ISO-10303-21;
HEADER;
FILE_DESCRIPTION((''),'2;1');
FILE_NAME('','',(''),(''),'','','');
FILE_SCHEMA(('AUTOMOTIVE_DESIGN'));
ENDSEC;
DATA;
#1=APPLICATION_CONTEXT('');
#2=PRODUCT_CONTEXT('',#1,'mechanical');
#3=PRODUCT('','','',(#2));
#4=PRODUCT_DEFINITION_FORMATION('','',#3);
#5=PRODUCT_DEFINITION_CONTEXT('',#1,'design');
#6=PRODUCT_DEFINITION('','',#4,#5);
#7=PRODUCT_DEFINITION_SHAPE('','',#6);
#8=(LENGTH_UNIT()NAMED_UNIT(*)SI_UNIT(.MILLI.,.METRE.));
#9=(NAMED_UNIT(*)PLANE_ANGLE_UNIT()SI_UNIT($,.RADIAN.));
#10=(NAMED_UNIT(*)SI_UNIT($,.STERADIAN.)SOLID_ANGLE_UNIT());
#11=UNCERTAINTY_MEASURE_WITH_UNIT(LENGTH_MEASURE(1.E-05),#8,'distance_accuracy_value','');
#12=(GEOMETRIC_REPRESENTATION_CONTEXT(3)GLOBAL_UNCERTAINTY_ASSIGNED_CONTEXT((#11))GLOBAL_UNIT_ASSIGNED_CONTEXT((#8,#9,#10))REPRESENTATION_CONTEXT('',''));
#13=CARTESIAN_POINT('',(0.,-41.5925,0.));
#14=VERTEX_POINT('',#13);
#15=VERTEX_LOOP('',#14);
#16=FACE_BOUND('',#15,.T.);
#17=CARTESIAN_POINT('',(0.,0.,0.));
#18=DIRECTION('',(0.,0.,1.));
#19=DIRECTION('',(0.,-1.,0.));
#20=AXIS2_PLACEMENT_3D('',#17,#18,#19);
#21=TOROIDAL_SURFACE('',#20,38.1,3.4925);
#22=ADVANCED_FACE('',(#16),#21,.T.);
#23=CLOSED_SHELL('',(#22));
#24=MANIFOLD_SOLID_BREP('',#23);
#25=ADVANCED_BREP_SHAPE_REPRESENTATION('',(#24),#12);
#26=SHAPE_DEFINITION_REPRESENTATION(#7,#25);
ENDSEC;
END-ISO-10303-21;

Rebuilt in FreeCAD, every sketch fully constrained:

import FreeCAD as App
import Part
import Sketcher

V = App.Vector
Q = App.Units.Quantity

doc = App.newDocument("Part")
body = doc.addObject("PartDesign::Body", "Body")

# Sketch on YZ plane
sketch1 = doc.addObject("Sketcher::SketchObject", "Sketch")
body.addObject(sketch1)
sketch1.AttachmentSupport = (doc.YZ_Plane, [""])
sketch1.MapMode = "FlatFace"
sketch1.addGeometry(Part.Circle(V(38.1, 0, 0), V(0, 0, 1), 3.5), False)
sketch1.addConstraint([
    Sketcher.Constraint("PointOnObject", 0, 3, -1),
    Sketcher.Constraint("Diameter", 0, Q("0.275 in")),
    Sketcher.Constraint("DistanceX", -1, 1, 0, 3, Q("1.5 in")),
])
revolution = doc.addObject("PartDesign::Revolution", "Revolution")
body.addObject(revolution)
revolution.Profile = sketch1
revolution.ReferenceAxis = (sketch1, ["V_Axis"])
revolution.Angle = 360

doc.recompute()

++++++++

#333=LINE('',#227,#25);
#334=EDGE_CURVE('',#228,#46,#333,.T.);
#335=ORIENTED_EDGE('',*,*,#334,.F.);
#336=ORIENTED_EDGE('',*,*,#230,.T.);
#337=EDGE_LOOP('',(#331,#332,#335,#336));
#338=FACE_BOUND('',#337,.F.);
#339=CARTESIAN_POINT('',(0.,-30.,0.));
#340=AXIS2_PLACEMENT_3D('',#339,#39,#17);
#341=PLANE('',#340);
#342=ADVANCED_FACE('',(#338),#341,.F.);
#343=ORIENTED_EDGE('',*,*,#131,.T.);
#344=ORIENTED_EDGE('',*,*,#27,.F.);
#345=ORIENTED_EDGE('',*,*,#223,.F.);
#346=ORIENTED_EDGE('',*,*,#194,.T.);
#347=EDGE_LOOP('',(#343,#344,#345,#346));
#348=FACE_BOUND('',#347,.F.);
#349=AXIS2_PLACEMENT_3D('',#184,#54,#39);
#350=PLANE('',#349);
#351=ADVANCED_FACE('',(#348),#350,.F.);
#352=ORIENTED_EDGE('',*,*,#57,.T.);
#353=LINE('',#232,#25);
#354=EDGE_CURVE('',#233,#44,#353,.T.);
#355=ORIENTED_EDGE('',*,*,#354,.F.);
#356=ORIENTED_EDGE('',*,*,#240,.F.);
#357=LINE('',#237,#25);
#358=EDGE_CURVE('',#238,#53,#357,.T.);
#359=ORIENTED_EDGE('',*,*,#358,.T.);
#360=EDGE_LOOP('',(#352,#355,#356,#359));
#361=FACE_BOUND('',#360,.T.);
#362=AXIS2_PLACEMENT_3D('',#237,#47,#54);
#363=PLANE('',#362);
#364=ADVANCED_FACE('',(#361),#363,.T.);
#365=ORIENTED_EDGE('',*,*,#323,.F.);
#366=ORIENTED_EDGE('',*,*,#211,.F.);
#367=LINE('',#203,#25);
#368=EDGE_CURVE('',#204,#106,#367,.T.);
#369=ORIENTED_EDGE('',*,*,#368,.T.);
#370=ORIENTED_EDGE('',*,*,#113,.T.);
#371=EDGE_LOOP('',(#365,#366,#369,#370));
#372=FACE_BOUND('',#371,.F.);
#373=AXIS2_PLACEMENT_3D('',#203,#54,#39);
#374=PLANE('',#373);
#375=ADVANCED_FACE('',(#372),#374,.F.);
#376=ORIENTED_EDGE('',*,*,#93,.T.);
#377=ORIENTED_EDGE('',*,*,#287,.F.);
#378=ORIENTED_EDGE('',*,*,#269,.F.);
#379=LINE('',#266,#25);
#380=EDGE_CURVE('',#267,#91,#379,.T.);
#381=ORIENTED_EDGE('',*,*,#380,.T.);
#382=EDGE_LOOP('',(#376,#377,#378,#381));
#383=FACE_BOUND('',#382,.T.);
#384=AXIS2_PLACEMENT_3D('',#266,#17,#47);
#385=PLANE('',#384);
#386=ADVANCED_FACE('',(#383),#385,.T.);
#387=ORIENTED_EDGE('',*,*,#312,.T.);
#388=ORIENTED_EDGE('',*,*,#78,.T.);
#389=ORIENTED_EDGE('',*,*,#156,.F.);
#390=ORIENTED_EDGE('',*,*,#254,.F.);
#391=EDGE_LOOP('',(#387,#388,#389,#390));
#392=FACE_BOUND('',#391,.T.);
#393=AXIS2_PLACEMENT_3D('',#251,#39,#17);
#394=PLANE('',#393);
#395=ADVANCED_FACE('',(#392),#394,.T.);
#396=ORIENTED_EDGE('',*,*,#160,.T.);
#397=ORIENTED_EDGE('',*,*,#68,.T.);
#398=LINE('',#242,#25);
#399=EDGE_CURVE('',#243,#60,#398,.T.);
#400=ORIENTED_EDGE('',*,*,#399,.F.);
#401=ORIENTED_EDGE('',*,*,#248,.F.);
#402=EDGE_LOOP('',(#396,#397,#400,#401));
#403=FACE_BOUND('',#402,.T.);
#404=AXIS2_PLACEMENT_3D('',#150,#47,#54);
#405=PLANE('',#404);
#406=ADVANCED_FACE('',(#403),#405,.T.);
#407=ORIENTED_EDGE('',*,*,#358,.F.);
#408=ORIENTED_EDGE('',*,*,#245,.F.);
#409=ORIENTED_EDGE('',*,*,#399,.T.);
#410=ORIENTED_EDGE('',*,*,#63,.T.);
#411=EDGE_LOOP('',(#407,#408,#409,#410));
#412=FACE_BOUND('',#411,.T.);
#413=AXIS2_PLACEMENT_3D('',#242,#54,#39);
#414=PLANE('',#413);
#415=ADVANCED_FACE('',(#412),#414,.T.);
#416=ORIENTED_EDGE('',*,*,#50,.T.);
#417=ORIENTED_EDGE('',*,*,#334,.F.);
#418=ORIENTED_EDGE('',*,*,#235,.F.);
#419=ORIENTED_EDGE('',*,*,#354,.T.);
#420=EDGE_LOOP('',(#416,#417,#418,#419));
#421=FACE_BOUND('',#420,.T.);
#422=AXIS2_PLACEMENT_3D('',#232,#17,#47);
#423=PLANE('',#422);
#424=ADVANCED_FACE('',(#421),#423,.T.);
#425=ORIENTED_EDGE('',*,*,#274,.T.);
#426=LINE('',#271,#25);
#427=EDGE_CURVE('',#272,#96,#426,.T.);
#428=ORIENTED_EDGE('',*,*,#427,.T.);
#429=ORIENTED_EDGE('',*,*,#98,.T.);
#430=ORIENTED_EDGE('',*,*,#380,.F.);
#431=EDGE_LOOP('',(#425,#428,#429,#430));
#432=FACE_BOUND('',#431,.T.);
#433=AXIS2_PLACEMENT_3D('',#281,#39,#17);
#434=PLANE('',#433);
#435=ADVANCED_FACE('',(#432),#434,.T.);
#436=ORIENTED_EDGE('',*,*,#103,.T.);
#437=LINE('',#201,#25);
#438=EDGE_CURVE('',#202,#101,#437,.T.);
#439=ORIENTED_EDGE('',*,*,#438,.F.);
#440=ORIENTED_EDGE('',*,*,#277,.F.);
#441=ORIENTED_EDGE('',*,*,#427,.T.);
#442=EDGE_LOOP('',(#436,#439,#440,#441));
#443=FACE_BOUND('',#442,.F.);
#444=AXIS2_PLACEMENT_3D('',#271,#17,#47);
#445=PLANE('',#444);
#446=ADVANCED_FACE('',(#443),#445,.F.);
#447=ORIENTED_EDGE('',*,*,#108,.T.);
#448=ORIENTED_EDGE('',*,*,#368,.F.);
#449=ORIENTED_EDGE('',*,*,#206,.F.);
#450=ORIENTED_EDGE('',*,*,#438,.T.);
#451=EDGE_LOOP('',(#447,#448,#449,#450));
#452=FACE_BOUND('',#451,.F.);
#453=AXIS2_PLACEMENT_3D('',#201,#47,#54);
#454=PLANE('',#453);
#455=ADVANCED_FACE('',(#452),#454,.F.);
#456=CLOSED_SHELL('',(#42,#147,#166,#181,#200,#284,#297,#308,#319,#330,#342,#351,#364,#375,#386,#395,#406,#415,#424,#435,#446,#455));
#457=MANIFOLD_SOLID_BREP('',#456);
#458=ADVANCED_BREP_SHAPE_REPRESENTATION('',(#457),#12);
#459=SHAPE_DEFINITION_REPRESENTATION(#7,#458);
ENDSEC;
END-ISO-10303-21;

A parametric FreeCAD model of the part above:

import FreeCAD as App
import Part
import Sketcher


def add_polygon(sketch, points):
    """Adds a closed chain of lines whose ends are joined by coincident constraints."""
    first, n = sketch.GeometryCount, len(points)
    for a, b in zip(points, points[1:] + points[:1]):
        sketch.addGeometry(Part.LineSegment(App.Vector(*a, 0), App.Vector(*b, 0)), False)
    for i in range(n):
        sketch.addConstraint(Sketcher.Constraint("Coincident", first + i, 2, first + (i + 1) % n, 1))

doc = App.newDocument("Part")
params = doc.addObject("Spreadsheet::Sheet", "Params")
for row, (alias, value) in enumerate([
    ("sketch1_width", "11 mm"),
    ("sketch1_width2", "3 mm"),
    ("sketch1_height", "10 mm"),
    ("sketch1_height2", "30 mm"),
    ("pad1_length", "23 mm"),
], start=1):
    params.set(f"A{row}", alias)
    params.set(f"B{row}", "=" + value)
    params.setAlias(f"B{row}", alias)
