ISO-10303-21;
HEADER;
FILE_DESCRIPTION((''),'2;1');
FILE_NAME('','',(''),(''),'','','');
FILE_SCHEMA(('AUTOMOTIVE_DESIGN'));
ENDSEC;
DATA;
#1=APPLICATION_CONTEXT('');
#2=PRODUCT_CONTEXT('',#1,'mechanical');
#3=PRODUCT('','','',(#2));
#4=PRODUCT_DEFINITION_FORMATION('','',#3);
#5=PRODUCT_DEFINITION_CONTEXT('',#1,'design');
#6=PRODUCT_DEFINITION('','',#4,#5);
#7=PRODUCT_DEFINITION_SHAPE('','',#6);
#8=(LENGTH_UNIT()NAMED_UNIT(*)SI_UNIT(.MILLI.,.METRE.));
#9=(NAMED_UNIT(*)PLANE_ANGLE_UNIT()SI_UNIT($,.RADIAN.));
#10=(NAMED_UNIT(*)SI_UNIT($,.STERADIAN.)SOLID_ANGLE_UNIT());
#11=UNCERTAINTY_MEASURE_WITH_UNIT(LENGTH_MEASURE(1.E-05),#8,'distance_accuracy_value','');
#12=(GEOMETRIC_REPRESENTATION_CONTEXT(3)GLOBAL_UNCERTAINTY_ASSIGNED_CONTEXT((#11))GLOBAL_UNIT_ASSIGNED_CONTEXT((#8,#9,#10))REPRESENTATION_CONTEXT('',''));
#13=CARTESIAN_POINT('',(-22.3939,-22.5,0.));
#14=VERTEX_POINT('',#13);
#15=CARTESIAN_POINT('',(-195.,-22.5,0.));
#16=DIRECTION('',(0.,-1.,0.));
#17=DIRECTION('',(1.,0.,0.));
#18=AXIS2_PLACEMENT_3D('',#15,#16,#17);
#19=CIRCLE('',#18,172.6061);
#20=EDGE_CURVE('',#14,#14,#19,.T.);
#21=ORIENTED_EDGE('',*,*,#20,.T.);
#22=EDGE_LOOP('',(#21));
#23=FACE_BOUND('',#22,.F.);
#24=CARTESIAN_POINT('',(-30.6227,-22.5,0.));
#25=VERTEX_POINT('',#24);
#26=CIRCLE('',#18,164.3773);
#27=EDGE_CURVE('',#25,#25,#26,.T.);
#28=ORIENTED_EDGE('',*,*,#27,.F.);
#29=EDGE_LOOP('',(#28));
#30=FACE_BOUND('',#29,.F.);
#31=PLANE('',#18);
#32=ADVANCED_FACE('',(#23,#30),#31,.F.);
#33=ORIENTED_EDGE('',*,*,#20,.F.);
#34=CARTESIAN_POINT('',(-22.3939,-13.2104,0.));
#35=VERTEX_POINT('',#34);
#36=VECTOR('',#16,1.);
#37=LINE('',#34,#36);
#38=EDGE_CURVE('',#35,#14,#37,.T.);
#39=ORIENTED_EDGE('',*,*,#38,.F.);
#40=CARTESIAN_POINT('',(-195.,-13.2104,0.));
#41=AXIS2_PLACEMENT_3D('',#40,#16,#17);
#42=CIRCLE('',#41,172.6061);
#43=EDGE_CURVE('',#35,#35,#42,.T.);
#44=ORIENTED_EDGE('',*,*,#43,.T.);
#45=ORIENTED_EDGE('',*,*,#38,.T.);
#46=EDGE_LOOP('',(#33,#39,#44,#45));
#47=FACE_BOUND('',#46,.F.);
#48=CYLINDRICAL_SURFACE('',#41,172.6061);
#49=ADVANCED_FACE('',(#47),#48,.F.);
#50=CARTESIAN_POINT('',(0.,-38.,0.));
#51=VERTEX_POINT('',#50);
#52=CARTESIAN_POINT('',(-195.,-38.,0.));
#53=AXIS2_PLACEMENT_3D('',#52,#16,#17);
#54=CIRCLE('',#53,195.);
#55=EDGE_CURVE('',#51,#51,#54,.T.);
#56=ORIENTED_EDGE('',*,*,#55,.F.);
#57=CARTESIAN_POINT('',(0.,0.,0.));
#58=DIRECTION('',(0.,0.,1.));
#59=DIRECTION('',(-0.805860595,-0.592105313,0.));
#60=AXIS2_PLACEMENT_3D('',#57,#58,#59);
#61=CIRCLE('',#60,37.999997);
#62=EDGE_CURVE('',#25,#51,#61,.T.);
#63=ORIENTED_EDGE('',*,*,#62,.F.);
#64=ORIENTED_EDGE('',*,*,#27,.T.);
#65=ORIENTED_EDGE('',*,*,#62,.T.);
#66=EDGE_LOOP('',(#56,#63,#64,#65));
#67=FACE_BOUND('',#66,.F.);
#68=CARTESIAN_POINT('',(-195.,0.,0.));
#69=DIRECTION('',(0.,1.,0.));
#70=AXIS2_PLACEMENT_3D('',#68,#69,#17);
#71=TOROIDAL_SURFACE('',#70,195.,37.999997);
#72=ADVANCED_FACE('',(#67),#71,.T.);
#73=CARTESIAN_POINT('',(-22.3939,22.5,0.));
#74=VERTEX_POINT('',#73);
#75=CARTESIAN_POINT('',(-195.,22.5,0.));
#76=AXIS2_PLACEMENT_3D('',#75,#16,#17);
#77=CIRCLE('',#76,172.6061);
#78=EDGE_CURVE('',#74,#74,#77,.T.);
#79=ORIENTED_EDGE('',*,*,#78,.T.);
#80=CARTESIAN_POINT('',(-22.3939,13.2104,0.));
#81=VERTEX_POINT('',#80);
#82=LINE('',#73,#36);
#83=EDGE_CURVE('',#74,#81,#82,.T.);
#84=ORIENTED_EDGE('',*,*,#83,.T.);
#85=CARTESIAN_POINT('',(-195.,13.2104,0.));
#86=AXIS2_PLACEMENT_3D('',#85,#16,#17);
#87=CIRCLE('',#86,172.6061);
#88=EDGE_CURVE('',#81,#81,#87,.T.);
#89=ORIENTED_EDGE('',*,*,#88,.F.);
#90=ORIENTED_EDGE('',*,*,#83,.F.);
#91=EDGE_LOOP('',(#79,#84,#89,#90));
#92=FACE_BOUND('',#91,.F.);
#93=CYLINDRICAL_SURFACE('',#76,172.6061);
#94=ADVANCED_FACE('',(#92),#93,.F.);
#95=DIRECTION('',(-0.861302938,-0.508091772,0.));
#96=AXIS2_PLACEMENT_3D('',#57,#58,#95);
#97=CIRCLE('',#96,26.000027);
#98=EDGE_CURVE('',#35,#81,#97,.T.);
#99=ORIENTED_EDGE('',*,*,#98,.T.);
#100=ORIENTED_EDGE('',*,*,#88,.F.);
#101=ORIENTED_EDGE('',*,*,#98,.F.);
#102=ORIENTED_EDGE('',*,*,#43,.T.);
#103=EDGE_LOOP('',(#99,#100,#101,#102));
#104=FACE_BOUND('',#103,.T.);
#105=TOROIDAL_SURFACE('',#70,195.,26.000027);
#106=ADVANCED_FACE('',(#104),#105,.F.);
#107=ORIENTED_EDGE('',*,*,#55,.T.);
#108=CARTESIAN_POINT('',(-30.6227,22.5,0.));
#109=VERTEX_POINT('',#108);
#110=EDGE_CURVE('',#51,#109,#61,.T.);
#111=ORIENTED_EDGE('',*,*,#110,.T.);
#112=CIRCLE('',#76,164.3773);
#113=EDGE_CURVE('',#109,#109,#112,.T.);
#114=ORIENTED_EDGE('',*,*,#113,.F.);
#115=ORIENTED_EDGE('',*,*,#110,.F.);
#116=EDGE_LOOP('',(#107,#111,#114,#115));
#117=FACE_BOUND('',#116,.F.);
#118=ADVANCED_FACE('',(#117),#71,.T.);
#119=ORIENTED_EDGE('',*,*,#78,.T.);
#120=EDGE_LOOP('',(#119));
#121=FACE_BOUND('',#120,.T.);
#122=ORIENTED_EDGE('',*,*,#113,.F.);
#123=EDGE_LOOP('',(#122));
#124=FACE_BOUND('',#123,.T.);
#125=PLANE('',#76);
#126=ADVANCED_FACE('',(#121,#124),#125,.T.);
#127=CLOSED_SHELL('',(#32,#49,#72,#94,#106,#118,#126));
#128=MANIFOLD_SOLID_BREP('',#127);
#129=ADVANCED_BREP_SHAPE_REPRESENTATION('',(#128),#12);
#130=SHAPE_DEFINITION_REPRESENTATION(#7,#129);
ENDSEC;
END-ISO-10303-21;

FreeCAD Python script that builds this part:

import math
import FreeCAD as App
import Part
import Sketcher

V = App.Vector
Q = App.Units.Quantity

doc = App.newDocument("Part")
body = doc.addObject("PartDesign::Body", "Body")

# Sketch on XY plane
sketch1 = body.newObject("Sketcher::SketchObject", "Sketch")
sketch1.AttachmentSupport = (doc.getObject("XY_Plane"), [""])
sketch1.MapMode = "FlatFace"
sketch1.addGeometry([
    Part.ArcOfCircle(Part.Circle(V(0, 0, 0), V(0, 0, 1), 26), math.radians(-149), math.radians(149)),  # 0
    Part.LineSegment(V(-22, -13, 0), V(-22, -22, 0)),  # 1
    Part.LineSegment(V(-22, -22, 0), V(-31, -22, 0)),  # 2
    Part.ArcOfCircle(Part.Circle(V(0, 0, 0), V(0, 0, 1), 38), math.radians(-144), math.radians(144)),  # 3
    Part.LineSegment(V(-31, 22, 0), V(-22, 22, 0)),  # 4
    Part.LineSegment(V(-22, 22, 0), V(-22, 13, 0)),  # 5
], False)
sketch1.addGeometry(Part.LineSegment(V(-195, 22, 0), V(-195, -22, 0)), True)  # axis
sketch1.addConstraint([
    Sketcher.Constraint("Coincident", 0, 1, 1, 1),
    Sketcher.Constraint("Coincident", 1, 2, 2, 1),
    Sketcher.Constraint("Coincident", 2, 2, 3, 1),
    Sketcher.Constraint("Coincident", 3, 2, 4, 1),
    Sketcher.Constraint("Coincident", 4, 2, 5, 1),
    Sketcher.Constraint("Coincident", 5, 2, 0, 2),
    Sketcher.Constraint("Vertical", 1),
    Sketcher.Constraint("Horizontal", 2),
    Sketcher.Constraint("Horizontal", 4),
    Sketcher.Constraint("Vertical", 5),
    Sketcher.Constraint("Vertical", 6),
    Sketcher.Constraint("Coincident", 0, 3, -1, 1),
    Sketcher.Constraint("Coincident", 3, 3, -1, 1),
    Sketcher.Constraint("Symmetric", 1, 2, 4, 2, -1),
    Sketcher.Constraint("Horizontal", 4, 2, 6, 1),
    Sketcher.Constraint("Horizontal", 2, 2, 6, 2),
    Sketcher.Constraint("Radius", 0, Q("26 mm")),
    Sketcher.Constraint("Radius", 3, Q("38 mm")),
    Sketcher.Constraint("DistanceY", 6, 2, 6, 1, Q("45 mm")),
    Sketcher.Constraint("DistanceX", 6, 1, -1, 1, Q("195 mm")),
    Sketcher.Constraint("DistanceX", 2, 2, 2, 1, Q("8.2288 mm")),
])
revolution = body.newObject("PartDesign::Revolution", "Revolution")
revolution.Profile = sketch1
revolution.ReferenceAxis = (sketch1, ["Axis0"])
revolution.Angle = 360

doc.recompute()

++++++++

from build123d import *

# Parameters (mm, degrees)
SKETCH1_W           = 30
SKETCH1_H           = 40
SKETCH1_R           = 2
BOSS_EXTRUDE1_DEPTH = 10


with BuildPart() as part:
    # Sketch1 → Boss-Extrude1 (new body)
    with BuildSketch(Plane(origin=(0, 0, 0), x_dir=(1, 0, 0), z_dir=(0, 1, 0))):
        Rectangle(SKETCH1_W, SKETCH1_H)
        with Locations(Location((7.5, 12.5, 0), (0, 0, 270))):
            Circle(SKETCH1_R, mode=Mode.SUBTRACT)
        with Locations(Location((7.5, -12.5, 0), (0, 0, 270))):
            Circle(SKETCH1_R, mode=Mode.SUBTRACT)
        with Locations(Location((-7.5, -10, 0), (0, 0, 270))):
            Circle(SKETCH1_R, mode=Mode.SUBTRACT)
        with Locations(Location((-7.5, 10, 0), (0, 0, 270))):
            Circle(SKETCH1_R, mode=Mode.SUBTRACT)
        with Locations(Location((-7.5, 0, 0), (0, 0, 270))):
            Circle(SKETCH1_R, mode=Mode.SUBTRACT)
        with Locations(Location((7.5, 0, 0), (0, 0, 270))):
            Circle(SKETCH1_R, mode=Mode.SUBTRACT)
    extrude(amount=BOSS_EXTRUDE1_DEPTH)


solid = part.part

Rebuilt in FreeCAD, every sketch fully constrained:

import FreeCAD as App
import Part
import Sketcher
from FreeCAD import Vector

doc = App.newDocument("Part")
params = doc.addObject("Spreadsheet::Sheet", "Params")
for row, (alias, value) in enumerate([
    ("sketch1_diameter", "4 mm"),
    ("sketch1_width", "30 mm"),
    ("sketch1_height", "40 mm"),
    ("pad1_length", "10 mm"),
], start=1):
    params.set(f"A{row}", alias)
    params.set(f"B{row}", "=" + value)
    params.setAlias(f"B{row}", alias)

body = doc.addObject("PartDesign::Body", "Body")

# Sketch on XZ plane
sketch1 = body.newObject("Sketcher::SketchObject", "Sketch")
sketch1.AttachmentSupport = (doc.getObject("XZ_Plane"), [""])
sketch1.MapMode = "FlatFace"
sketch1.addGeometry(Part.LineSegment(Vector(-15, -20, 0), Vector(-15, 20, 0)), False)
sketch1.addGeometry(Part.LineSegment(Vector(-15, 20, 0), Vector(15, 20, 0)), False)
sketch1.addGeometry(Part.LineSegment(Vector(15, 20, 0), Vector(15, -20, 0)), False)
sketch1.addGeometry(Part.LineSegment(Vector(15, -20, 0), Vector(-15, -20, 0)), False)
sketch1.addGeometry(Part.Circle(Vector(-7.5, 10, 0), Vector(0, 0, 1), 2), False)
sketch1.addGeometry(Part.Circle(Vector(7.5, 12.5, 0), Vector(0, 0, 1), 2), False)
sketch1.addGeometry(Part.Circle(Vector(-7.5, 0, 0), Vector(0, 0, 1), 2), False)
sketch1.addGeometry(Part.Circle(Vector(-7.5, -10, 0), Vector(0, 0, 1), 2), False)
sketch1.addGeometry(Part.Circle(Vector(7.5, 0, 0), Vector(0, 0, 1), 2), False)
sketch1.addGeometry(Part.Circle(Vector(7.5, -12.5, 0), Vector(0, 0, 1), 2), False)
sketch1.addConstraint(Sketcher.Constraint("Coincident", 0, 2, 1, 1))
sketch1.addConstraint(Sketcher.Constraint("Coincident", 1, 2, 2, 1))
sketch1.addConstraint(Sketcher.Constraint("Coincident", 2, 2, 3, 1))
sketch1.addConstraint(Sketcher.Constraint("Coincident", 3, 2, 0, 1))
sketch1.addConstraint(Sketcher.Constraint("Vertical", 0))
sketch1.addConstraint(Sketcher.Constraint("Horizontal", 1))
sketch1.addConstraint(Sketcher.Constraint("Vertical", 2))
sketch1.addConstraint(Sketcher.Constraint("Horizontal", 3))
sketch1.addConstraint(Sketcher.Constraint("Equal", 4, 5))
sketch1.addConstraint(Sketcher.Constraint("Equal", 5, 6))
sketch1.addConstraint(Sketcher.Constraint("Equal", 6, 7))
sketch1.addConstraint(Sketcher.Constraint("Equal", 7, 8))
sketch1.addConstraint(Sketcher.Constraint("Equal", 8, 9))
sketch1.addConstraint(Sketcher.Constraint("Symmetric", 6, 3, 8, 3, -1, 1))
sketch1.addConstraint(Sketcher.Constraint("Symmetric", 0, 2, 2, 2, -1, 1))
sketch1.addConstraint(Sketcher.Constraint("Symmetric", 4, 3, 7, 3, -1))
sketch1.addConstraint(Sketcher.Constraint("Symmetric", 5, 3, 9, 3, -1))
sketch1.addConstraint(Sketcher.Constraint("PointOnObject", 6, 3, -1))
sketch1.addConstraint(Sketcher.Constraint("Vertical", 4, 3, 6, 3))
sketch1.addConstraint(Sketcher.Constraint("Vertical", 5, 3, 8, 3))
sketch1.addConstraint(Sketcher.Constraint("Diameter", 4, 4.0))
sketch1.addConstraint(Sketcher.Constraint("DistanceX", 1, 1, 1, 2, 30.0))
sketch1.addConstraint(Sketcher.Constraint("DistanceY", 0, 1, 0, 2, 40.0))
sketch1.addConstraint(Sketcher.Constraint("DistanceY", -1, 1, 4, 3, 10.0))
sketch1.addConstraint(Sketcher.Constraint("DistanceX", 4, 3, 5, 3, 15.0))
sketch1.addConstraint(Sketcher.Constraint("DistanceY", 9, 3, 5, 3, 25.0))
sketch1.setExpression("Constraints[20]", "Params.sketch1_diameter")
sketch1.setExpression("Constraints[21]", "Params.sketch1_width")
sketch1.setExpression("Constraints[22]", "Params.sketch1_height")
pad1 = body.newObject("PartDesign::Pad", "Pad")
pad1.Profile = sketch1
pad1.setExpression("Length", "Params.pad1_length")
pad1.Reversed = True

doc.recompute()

++++++++

[PROBLEM TO SOLVE] Find the word "first" in the listing and copy each line that contains it.

[WRITTEN REPLY]
    first, n = sketch.GeometryCount, len(points)
        sketch.addConstraint(Sketcher.Constraint("Coincident", first + i, 2, first + (i + 1) % n, 1))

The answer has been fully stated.